#### [Task prompt]
Copy verbatim the block of lines in the entries below whose first line contains "f 315 167 226" and whose last line contains "f 82 83 300". Leave out all other lines.

=====

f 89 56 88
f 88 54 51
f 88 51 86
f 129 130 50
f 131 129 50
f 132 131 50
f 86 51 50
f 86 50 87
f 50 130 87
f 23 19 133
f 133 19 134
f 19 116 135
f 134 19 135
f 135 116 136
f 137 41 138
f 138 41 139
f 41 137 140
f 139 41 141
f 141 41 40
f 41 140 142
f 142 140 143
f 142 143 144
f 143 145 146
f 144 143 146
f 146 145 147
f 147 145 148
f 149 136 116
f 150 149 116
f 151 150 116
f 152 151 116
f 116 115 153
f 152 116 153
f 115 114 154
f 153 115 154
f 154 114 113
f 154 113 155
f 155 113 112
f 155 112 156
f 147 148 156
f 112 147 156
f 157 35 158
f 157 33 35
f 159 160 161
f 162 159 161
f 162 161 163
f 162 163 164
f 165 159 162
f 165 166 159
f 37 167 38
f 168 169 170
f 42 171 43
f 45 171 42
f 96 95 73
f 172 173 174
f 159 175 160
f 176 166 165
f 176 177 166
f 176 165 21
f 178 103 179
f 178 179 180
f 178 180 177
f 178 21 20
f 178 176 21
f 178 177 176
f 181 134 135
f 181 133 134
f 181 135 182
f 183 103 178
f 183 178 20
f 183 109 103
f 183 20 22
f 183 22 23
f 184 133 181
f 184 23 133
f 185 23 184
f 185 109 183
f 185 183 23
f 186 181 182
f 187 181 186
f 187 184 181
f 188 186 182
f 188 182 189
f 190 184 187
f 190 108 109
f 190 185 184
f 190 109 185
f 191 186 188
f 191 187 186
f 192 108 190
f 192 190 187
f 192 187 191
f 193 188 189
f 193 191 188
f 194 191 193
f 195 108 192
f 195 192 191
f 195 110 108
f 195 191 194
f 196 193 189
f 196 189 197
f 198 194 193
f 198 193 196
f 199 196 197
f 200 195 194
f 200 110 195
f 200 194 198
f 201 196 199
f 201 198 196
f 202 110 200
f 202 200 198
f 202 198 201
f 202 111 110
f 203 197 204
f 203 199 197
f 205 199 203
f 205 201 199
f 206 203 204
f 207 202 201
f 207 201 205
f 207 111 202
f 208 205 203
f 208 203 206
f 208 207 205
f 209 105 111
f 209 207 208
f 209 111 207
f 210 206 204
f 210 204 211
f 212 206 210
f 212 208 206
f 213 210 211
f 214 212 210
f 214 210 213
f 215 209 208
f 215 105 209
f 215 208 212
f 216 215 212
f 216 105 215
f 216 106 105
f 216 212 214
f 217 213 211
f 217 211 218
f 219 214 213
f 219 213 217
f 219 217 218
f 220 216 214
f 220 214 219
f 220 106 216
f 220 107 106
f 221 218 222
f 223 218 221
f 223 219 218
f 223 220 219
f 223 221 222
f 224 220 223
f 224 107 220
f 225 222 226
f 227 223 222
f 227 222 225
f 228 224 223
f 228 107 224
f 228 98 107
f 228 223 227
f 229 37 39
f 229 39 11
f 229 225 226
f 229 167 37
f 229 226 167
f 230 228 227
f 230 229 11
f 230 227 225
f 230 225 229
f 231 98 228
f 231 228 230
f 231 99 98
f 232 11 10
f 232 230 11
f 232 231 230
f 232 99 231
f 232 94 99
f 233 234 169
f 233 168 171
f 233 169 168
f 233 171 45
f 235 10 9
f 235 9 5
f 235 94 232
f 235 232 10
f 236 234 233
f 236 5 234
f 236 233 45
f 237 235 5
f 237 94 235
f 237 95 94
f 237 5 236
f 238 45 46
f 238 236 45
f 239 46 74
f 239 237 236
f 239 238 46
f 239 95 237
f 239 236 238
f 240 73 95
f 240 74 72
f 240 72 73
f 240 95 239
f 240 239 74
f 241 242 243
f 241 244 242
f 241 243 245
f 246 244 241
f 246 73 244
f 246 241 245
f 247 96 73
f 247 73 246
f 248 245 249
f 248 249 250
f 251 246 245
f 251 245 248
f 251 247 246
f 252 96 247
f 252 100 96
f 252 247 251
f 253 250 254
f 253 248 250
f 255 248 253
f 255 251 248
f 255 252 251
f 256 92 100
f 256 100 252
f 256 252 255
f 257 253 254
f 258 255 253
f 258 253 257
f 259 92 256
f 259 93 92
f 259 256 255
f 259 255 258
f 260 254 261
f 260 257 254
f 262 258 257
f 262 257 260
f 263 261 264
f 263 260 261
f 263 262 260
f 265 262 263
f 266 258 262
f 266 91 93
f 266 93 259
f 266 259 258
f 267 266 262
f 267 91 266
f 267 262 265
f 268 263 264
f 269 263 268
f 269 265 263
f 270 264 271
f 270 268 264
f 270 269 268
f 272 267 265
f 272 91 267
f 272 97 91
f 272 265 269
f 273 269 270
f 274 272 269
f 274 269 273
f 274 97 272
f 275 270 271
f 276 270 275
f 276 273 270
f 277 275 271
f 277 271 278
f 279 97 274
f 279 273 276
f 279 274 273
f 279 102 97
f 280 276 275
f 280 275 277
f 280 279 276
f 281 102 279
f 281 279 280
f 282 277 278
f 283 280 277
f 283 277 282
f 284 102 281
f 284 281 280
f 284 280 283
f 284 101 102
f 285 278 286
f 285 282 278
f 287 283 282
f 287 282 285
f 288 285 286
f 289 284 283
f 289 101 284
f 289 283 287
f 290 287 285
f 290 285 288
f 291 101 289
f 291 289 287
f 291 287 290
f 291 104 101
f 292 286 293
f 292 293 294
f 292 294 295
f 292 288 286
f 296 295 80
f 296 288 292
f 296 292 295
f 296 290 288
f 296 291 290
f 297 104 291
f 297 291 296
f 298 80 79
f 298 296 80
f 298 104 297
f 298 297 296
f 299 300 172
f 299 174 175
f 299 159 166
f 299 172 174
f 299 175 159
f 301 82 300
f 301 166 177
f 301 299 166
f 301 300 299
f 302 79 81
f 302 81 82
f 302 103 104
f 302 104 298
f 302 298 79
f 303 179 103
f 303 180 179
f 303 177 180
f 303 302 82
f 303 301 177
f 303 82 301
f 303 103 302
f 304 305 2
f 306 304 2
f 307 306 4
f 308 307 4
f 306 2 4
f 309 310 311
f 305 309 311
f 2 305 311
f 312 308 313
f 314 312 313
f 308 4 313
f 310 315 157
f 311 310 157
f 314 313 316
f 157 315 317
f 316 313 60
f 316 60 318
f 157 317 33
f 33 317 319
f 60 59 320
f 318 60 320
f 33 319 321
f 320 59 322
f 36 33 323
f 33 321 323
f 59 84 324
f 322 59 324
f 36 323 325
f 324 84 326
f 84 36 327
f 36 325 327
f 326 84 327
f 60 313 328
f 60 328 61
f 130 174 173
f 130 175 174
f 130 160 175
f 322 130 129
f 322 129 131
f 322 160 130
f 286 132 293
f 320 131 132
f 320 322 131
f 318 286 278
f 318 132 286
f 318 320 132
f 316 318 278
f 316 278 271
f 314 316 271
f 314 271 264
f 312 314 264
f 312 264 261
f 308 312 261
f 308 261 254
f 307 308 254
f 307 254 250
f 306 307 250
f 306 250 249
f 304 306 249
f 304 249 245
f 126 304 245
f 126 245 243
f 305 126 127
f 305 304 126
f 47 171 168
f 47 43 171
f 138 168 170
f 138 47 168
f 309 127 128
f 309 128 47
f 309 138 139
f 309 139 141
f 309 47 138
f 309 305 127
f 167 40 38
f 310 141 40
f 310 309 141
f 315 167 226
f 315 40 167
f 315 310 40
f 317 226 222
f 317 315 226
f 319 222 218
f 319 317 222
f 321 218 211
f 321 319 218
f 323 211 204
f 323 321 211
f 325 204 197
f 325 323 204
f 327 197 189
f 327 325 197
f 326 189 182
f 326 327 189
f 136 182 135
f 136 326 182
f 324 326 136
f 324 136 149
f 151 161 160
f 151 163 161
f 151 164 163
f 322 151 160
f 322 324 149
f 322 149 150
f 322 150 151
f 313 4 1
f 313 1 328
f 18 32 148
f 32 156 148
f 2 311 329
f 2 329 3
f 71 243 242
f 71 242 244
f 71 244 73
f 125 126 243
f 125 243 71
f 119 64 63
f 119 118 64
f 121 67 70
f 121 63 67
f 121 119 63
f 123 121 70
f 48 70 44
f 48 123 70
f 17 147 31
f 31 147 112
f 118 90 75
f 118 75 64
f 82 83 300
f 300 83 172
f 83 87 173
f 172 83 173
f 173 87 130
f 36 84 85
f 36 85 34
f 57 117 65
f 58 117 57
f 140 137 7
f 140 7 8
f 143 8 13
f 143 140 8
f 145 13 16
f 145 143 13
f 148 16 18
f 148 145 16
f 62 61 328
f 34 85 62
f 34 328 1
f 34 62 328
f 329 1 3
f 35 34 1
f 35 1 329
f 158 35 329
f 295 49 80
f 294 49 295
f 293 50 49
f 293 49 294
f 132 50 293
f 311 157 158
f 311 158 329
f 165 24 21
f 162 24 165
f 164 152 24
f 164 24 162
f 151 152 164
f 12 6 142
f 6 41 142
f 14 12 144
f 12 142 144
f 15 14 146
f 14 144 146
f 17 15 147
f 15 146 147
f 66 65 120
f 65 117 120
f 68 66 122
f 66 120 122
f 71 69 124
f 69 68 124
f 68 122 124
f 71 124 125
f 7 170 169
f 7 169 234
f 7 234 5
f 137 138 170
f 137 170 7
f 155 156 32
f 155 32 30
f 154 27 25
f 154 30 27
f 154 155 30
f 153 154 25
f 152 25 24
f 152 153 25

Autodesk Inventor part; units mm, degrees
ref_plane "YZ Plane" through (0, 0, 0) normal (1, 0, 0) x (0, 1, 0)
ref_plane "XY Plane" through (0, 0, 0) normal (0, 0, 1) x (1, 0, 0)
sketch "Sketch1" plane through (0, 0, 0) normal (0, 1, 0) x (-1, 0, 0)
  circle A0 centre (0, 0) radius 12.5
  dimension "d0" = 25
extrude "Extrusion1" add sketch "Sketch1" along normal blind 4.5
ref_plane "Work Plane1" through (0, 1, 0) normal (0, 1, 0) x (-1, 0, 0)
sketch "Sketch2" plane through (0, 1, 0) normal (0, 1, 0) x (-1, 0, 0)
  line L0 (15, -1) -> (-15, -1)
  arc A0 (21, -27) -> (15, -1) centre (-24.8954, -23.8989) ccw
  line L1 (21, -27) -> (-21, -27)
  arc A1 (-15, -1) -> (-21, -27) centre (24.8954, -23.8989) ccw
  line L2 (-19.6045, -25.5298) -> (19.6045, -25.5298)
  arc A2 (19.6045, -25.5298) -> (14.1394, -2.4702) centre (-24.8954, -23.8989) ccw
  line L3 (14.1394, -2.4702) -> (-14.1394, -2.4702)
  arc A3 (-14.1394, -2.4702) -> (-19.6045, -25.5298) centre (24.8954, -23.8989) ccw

=====

#### [Solved exercise]
f 315 167 226
f 315 40 167
f 315 310 40
f 317 226 222
f 317 315 226
f 319 222 218
f 319 317 222
f 321 218 211
f 321 319 218
f 323 211 204
f 323 321 211
f 325 204 197
f 325 323 204
f 327 197 189
f 327 325 197
f 326 189 182
f 326 327 189
f 136 182 135
f 136 326 182
f 324 326 136
f 324 136 149
f 151 161 160
f 151 163 161
f 151 164 163
f 322 151 160
f 322 324 149
f 322 149 150
f 322 150 151
f 313 4 1
f 313 1 328
f 18 32 148
f 32 156 148
f 2 311 329
f 2 329 3
f 71 243 242
f 71 242 244
f 71 244 73
f 125 126 243
f 125 243 71
f 119 64 63
f 119 118 64
f 121 67 70
f 121 63 67
f 121 119 63
f 123 121 70
f 48 70 44
f 48 123 70
f 17 147 31
f 31 147 112
f 118 90 75
f 118 75 64
f 82 83 300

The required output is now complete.